Newly elected Los Angeles County District Attorney George Gascón issued a directive that his office’s “default policy” would be not to attend parole hearings and to submit letters supporting the release of some inmates who had served their mandatory minimums. Now Sirhan B. Sirhan, the convicted assassin of Sen. Robert F. Kennedy, will be a beneficiary of the policy as he faces a California parole board for the 16th time tomorrow. in a prison outside San Diego.
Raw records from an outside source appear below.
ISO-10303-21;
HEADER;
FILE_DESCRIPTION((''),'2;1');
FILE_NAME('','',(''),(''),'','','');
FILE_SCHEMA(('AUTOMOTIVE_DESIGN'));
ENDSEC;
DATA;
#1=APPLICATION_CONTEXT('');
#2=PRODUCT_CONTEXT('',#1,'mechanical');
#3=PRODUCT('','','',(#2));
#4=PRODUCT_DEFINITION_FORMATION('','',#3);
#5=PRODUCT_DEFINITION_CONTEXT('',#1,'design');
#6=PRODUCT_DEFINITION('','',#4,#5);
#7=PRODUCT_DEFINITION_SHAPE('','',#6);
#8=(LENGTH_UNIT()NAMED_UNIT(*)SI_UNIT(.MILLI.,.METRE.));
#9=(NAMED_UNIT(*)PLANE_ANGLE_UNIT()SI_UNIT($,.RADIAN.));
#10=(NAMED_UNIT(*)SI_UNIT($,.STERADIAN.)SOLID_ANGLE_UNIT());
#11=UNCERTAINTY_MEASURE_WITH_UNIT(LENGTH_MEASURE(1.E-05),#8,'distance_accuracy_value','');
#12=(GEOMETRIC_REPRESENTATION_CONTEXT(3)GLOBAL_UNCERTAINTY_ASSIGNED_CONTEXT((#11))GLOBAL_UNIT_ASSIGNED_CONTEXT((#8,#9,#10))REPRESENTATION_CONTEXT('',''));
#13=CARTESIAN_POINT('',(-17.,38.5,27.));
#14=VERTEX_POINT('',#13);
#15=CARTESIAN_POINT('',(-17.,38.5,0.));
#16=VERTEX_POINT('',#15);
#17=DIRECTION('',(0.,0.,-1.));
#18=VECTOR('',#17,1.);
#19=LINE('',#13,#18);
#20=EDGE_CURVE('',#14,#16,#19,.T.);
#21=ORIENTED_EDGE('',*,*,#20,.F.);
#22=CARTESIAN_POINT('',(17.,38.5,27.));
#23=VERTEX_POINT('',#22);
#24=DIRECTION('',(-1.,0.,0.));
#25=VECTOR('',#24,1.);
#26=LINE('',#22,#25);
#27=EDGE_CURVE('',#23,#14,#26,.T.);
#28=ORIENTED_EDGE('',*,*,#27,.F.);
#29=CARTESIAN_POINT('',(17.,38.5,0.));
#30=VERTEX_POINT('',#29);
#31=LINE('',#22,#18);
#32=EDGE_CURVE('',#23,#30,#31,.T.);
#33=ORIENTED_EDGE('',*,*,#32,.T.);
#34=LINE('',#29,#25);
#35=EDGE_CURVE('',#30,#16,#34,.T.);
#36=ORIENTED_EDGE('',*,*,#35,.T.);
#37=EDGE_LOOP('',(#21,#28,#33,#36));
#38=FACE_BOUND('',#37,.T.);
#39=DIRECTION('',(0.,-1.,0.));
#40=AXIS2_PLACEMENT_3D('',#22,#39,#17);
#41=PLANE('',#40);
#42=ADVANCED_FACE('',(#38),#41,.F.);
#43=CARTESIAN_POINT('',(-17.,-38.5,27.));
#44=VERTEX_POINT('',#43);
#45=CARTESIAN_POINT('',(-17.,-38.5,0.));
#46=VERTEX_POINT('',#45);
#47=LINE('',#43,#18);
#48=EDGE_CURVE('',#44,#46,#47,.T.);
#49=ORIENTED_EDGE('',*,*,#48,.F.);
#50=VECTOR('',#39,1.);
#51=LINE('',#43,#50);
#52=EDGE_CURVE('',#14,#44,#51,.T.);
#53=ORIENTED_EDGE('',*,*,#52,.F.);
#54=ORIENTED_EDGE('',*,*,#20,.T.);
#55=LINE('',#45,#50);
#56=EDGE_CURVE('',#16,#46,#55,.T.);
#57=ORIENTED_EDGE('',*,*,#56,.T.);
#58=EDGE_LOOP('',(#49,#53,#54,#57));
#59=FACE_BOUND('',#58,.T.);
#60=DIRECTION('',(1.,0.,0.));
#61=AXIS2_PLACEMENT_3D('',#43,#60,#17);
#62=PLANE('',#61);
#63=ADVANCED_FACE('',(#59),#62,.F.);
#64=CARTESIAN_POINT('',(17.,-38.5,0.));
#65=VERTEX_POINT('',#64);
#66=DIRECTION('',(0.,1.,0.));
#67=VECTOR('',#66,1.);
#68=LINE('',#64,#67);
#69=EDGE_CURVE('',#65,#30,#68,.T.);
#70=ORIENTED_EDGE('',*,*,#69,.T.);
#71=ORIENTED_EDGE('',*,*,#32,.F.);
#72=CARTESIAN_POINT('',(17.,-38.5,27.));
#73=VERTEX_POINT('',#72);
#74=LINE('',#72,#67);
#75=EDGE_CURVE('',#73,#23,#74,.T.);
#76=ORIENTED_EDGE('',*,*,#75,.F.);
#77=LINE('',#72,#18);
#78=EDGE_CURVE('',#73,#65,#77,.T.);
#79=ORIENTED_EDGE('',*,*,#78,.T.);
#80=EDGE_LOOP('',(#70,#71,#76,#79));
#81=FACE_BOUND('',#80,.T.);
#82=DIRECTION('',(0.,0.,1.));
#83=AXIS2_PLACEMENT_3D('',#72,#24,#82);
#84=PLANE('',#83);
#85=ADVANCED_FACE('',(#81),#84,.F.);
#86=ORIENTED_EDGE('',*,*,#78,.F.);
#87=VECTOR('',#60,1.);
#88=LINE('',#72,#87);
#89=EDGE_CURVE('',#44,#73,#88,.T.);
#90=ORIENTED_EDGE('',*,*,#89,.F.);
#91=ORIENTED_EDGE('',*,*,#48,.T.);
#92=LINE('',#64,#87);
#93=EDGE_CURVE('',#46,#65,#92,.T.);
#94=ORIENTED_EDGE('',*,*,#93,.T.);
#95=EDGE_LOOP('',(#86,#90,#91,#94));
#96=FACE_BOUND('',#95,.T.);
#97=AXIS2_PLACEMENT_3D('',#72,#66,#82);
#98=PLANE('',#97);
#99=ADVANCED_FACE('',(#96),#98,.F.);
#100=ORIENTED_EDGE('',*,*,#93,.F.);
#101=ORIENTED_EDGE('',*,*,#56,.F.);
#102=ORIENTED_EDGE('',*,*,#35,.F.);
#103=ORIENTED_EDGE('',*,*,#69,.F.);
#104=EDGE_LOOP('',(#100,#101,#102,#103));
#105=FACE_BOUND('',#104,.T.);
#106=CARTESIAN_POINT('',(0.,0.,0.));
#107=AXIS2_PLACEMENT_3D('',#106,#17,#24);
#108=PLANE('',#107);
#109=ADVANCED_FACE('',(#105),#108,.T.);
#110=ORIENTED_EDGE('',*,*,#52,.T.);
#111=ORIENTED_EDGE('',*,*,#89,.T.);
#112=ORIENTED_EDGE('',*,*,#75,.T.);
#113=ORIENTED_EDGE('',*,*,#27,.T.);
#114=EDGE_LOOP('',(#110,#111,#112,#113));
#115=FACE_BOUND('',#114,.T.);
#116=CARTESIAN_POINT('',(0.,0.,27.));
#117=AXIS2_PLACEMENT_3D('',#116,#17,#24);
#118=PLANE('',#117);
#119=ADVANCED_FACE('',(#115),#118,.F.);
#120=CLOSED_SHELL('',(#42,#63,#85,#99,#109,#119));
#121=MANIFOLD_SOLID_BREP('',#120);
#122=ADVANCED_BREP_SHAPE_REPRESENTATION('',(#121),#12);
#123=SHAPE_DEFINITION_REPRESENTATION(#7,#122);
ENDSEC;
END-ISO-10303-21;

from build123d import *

# Parameters (mm, degrees)
ESBO_O1_W                = 77
ESBO_O1_H                = 34
RESSALTO_EXTRUS_O1_DEPTH = 27


with BuildPart() as part:
    # Esboço1 → Ressalto-extrusão1 (new body)
    with BuildSketch(Plane(origin=(0, 0, 0), x_dir=(0, 1, 0), z_dir=(0, 0, 1))):
        Rectangle(ESBO_O1_W, ESBO_O1_H)
    extrude(amount=RESSALTO_EXTRUS_O1_DEPTH)


solid = part.part
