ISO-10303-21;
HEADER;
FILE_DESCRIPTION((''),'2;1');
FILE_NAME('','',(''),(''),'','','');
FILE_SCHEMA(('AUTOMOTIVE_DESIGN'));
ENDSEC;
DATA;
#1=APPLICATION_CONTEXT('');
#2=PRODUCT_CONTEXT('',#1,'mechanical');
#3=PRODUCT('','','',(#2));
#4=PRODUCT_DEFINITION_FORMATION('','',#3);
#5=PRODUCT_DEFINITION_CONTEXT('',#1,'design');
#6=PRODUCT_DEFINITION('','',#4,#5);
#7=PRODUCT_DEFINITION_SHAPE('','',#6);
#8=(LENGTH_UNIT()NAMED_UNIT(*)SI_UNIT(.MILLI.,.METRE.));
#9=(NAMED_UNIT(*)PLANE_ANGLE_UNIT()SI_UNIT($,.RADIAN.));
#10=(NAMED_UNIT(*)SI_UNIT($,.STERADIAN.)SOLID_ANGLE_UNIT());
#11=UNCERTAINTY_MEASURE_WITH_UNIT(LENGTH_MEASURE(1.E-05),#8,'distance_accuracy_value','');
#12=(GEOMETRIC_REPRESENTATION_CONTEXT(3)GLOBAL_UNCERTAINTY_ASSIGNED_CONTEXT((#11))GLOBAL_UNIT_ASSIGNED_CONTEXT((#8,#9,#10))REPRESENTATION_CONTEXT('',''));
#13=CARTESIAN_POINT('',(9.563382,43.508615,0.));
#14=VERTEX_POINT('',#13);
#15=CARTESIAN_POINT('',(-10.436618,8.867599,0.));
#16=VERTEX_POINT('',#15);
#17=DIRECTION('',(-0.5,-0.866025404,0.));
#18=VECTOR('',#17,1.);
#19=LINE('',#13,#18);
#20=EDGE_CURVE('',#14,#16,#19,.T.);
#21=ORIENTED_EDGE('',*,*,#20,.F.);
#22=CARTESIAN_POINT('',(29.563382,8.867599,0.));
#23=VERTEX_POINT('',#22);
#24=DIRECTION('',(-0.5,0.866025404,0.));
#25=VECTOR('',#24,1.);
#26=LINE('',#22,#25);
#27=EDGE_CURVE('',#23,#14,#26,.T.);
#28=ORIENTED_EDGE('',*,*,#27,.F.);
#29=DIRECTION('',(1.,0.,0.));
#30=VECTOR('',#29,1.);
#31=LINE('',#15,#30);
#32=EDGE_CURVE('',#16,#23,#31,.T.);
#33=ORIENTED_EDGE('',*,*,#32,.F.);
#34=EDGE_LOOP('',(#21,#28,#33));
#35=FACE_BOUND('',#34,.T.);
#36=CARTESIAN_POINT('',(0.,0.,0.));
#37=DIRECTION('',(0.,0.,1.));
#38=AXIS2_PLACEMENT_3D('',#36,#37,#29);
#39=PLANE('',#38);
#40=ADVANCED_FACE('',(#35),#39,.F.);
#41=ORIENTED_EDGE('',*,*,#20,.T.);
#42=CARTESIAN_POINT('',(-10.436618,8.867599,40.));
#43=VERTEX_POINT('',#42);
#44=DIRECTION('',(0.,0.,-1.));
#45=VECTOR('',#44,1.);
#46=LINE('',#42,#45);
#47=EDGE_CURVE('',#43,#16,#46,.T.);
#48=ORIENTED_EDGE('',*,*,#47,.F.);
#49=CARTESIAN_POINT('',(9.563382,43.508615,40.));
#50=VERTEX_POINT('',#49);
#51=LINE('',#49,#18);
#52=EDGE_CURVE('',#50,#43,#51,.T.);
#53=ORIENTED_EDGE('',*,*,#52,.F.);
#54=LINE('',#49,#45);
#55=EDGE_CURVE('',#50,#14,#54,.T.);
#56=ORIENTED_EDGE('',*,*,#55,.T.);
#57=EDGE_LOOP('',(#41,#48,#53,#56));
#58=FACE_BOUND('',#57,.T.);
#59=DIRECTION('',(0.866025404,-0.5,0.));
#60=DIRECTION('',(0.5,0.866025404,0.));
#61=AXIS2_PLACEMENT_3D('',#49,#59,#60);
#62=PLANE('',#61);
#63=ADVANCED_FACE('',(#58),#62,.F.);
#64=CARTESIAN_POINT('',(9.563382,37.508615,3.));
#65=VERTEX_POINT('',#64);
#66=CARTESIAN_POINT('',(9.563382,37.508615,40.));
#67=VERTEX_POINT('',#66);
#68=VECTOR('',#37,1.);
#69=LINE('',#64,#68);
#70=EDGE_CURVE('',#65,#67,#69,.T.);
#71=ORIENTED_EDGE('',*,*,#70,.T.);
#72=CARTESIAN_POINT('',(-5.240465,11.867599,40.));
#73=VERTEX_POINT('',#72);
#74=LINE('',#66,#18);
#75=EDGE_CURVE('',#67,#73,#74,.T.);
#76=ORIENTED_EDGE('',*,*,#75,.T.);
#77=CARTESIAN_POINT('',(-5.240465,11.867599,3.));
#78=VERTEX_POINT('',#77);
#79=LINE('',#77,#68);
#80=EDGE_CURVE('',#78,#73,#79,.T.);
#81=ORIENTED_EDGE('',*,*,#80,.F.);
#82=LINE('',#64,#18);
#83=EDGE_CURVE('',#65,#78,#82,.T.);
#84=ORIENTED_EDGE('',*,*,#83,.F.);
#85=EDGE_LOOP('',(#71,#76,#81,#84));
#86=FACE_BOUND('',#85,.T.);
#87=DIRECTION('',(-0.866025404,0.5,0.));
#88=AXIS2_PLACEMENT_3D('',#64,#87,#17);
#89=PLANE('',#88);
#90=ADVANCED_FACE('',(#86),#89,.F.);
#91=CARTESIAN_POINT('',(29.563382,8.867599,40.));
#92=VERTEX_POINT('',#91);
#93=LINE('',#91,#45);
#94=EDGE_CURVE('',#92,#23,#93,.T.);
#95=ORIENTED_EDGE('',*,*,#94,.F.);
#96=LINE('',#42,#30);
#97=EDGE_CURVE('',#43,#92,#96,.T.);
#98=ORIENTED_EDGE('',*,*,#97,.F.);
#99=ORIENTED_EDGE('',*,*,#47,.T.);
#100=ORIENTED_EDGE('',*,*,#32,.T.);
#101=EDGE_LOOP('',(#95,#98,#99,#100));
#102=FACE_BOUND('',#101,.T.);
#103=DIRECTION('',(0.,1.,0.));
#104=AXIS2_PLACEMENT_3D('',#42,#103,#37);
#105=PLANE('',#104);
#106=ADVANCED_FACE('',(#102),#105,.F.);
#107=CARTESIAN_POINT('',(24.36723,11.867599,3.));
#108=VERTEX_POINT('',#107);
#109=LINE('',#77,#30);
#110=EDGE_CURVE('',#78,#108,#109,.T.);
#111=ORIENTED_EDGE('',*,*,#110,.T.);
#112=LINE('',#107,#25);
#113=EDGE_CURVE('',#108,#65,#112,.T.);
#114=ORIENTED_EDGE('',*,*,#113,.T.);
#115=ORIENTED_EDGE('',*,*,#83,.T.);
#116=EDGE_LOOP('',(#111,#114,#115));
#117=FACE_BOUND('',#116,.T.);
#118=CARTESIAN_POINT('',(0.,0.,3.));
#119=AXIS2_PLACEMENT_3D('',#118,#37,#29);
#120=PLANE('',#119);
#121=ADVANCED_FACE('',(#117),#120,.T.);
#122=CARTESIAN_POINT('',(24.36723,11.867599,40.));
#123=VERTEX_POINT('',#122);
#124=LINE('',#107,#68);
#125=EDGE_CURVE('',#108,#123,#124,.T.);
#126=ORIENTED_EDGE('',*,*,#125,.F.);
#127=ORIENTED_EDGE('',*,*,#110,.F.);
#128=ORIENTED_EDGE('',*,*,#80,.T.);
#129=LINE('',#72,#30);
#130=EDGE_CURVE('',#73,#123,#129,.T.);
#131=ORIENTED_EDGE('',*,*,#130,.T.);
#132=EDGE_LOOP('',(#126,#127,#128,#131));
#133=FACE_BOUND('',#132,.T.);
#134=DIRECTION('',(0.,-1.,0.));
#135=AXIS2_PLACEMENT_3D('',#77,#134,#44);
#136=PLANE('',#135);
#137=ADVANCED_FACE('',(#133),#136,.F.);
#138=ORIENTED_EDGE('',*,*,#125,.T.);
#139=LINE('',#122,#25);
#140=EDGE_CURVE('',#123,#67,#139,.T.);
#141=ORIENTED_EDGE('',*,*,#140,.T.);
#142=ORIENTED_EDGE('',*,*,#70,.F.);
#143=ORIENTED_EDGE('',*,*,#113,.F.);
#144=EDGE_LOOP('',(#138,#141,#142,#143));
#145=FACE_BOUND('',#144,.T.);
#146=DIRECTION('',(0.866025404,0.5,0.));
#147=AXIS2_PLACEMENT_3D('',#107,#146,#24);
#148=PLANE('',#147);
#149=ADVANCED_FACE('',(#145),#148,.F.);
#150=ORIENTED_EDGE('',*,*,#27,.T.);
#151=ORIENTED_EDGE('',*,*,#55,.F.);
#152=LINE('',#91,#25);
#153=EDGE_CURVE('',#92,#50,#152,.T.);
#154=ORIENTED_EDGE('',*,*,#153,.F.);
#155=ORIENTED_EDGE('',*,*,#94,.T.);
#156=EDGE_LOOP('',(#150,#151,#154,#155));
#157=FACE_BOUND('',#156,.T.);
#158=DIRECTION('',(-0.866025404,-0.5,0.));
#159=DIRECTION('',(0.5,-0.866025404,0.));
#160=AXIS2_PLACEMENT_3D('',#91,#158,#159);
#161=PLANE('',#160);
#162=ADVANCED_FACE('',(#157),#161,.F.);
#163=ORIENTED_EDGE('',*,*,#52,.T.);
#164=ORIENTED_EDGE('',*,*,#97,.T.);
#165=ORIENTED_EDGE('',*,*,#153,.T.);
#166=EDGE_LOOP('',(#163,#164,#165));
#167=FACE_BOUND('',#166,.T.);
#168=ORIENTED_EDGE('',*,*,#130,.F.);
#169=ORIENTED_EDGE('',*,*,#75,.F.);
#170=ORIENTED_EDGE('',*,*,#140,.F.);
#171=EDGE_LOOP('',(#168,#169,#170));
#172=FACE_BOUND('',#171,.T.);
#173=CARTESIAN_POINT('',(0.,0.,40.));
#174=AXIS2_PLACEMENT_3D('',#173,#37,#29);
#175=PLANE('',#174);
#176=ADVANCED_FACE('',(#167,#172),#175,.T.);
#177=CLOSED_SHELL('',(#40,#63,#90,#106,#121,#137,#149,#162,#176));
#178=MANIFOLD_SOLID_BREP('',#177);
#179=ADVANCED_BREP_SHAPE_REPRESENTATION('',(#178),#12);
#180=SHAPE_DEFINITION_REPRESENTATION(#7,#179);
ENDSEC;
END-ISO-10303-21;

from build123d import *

# Parameters (mm, degrees)
EXTRUDE_1_DEPTH     = 40
CUT_EXTRUDE_1_DEPTH = 37


with BuildPart() as part:
    # 草图1 → 凸台-拉伸1 (new body)
    with BuildSketch(Plane.XY):
        Polygon((9.563382094, 43.508615242), (-10.436617906, 8.86759909), (29.563382094, 8.86759909), align=None)
    extrude(amount=EXTRUDE_1_DEPTH)

    # 草图2 → 切除-拉伸1 (cut)
    with BuildSketch(Plane.XY.offset(40)):
        Polygon((9.563382094, 37.508615242), (-5.240465483, 11.86759909), (24.367229672, 11.86759909), align=None)
    extrude(amount=-CUT_EXTRUDE_1_DEPTH, mode=Mode.SUBTRACT)


solid = part.part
Unlike the first 15 times, no prosecutor will oppose his release.

Sirhan is now 77. He escaped execution when California, being California, abolished the death penalty and his sentence was reduced to life with the possibility of parole. Instead of death, then, his punishment for murdering a possibly transformational U.S. political leader might be only 53 years behind bars. It could have been fewer: under the California law in effect when the assassin struck in 1968, a life sentence with parole would have made Sirhan eligible for release after only seven years. Now the parole board will evaluate him as an inmate who has had no disciplinary violations since 1972, and has expressed remorse, sort of: at one, “I have feelings of shame and inward guilt … I honestly feel the pain that [the Kennedys] may have gone through.” On the other hand, he has never expressly admitted his guilt and now claims not to remember shooting Bobby.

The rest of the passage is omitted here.